The role of AI in teleophthalmology represents another key advancement, particularly in the development of deep learning systems for automated diagnosis (161). A notable development is the use of AI-powered platforms for diabetic retinopathy screening. The National Health Service in the UK has implemented a widely recognized AI integration program for diabetic retinopathy screening. The program uses algorithms to analyze retinal images and has demonstrated efficacy in improving early detection and management of diabetic retinopathy, which is crucial for reducing vision loss (162). AI models trained on retinal images can detect conditions like diabetic retinopathy, glaucoma, and AMD with high accuracy. For instance, the Singapore-based deep learning algorithm SELENA+ has been validated for its ability to detect multiple pathologies, achieving high sensitivity and specificity across several conditions (126, 163).

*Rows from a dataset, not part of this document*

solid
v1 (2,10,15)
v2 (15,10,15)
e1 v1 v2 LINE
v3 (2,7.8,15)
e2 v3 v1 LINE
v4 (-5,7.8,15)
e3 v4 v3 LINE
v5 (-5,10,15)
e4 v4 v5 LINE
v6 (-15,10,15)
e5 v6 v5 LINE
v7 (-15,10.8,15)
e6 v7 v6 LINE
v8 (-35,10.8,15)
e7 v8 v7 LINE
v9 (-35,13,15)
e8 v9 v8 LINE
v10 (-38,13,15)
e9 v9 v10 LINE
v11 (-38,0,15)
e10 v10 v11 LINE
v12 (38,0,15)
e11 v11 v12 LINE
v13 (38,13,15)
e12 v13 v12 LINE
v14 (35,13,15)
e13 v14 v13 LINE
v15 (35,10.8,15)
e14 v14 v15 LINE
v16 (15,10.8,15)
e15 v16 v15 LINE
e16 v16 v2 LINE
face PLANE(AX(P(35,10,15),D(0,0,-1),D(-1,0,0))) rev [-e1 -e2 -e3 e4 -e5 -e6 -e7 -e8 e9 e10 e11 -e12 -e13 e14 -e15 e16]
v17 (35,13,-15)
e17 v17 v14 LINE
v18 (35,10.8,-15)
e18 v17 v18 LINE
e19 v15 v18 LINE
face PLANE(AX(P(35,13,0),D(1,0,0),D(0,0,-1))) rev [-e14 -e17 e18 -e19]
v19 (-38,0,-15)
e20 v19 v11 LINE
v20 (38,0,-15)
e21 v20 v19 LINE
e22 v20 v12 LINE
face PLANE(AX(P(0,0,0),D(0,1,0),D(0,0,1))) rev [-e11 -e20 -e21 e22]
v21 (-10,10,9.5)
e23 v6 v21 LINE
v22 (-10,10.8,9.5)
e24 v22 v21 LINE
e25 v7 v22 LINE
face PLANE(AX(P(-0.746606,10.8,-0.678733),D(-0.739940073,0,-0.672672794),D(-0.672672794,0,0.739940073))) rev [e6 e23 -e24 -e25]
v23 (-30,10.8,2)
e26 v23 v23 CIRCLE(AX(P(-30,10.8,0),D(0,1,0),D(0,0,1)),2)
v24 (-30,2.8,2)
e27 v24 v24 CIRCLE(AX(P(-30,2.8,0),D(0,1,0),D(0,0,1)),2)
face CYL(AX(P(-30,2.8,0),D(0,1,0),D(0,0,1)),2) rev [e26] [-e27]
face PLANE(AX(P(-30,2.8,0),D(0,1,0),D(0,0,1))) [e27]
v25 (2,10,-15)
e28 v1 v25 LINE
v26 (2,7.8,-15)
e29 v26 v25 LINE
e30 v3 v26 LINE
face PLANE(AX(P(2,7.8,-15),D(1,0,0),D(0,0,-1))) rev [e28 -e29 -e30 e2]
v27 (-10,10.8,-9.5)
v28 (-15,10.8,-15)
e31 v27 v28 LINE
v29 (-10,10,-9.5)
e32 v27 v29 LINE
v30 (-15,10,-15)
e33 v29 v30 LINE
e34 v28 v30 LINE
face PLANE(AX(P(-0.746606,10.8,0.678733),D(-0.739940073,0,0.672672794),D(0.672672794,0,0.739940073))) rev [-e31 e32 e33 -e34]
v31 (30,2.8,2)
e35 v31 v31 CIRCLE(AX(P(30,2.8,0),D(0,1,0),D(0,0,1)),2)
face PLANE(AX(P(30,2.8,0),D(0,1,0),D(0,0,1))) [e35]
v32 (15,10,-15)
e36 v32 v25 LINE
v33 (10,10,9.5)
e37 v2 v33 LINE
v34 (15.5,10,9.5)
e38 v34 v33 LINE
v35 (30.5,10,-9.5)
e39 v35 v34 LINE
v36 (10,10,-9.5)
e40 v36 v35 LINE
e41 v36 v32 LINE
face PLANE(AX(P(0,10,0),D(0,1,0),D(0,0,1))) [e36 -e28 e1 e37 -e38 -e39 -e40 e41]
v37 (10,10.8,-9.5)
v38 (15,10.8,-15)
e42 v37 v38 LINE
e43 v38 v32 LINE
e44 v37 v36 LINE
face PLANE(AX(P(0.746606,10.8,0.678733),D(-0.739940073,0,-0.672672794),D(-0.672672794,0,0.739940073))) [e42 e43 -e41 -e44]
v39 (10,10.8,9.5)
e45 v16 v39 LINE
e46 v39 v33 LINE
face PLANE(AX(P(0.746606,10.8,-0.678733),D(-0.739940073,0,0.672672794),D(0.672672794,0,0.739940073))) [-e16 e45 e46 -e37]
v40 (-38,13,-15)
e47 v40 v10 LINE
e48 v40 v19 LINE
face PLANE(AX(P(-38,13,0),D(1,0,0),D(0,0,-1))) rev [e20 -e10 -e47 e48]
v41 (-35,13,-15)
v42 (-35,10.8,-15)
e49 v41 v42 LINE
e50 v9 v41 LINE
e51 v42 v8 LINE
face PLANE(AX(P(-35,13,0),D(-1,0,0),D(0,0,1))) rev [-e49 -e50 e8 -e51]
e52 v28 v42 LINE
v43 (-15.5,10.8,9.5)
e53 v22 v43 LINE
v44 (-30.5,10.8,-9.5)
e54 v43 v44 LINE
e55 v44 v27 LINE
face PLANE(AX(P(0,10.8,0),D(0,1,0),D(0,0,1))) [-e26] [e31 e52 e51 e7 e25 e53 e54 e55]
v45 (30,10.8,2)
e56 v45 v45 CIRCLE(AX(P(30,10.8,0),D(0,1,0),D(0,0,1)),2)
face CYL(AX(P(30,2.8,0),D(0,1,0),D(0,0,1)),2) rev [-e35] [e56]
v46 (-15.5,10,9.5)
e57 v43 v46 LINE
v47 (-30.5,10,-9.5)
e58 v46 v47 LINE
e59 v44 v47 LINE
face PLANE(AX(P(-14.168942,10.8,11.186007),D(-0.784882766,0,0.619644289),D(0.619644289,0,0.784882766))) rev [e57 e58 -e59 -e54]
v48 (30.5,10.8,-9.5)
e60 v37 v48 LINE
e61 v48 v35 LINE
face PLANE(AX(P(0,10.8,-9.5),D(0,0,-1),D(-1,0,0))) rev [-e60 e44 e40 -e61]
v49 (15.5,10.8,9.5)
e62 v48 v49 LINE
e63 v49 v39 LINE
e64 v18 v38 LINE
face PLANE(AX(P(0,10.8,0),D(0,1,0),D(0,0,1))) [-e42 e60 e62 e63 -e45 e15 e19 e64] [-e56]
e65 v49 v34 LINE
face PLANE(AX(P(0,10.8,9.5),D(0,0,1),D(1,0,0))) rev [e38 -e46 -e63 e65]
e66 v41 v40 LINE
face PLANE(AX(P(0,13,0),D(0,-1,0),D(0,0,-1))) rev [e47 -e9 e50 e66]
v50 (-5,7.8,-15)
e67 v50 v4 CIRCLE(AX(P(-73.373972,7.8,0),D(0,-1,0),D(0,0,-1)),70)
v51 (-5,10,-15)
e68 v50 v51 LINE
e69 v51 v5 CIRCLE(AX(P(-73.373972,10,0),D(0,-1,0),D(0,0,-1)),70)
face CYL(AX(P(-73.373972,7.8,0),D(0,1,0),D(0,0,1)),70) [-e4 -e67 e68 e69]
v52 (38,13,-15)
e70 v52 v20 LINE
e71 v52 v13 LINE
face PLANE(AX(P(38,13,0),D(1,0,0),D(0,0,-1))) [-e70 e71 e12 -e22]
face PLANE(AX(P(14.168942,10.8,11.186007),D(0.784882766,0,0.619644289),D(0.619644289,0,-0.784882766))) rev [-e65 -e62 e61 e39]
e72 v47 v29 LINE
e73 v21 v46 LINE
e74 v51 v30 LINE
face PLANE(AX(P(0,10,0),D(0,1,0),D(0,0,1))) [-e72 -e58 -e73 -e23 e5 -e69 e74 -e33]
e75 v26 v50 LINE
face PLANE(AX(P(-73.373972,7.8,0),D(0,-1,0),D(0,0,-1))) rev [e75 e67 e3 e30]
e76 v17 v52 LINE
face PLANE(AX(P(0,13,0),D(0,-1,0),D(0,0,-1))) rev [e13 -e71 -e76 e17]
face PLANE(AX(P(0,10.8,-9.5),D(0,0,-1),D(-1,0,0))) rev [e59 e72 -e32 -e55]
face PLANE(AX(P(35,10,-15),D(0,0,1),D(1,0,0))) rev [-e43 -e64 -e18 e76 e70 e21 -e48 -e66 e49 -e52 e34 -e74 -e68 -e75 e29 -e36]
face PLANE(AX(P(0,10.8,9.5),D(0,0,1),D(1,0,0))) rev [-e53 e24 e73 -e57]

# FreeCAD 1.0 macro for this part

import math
import FreeCAD as App
import Part
import Sketcher

V = App.Vector
Q = App.Units.Quantity

doc = App.newDocument("Part")
body = doc.addObject("PartDesign::Body", "Body")

# Sketch on XZ plane
sketch1 = body.newObject("Sketcher::SketchObject", "Sketch")
sketch1.AttachmentSupport = (doc.getObject("XZ_Plane"), [""])
sketch1.MapMode = "FlatFace"
sketch1.addGeometry([
    Part.LineSegment(V(-35, -15, 0), V(-35, 15, 0)),
    Part.LineSegment(V(-35, 15, 0), V(35, 15, 0)),
    Part.LineSegment(V(35, 15, 0), V(35, -15, 0)),
    Part.LineSegment(V(35, -15, 0), V(-35, -15, 0)),
], False)
sketch1.addConstraint([
    Sketcher.Constraint("Coincident", 0, 2, 1, 1),
    Sketcher.Constraint("Coincident", 1, 2, 2, 1),
    Sketcher.Constraint("Coincident", 2, 2, 3, 1),
    Sketcher.Constraint("Coincident", 3, 2, 0, 1),
    Sketcher.Constraint("Vertical", 0),
    Sketcher.Constraint("Horizontal", 1),
    Sketcher.Constraint("Vertical", 2),
    Sketcher.Constraint("Horizontal", 3),
    Sketcher.Constraint("Symmetric", 0, 2, 2, 2, -1, 1),
    Sketcher.Constraint("DistanceX", 1, 1, 1, 2, Q("70 mm")),
    Sketcher.Constraint("DistanceY", 0, 1, 0, 2, Q("30 mm")),
])
pad1 = body.newObject("PartDesign::Pad", "Pad")
pad1.Profile = sketch1
pad1.Length = 10
pad1.Reversed = True

# Sketch on XZ plane
sketch2 = body.newObject("Sketcher::SketchObject", "Sketch001")
sketch2.AttachmentSupport = (doc.getObject("XZ_Plane"), [""])
sketch2.MapMode = "FlatFace"
sketch2.AttachmentOffset = App.Placement(V(0, 0, -10), App.Rotation())
sketch2.addGeometry([
    Part.LineSegment(V(-16, 10, 0), V(-30, -10, 0)),  # 0
    Part.LineSegment(V(-30, -10, 0), V(-10, -10, 0)),  # 1
    Part.LineSegment(V(-10, -10, 0), V(-15, -15, 0)),  # 2
    Part.LineSegment(V(-15, -15, 0), V(-35, -15, 0)),  # 3
    Part.LineSegment(V(-35, -15, 0), V(-35, 15, 0)),  # 4
    Part.LineSegment(V(-35, 15, 0), V(-15, 15, 0)),  # 5
    Part.LineSegment(V(-15, 15, 0), V(-10, 10, 0)),  # 6
    Part.LineSegment(V(-10, 10, 0), V(-16, 10, 0)),  # 7
    Part.LineSegment(V(15, -15, 0), V(10, -10, 0)),  # 8
    Part.LineSegment(V(10, -10, 0), V(30, -10, 0)),  # 9
    Part.LineSegment(V(30, -10, 0), V(16, 10, 0)),  # 10
    Part.LineSegment(V(16, 10, 0), V(10, 10, 0)),  # 11
    Part.LineSegment(V(10, 10, 0), V(15, 15, 0)),  # 12
    Part.LineSegment(V(15, 15, 0), V(35, 15, 0)),  # 13
    Part.LineSegment(V(35, 15, 0), V(35, -15, 0)),  # 14
    Part.LineSegment(V(35, -15, 0), V(15, -15, 0)),  # 15
], False)
sketch2.addConstraint([
    Sketcher.Constraint("Coincident", 0, 2, 1, 1),
    Sketcher.Constraint("Coincident", 1, 2, 2, 1),
    Sketcher.Constraint("Coincident", 2, 2, 3, 1),
    Sketcher.Constraint("Coincident", 3, 2, 4, 1),
    Sketcher.Constraint("Coincident", 4, 2, 5, 1),
    Sketcher.Constraint("Coincident", 5, 2, 6, 1),
    Sketcher.Constraint("Coincident", 6, 2, 7, 1),
    Sketcher.Constraint("Coincident", 7, 2, 0, 1),
    Sketcher.Constraint("Coincident", 8, 2, 9, 1),
    Sketcher.Constraint("Coincident", 9, 2, 10, 1),
    Sketcher.Constraint("Coincident", 10, 2, 11, 1),
    Sketcher.Constraint("Coincident", 11, 2, 12, 1),
    Sketcher.Constraint("Coincident", 12, 2, 13, 1),
    Sketcher.Constraint("Coincident", 13, 2, 14, 1),
    Sketcher.Constraint("Coincident", 14, 2, 15, 1),
    Sketcher.Constraint("Coincident", 15, 2, 8, 1),
    Sketcher.Constraint("Horizontal", 1),
    Sketcher.Constraint("Horizontal", 3),
    Sketcher.Constraint("Vertical", 4),
    Sketcher.Constraint("Horizontal", 5),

Additionally, home-based monitoring technologies, such as smartphone apps like Alleye (164) and Home Vision Monitor (165), and portable OCT devices like Vision Home OCT (166, 167) have emerged, allowing patients with conditions like AMD to self-monitor their vision and transmit data to their healthcare providers. These innovations enhance both the quality and accessibility of eye care. Key teleophthalmology advancements are chronologically listed in Table 7.

Table 7

Table 7. Advances in teleophthalmology.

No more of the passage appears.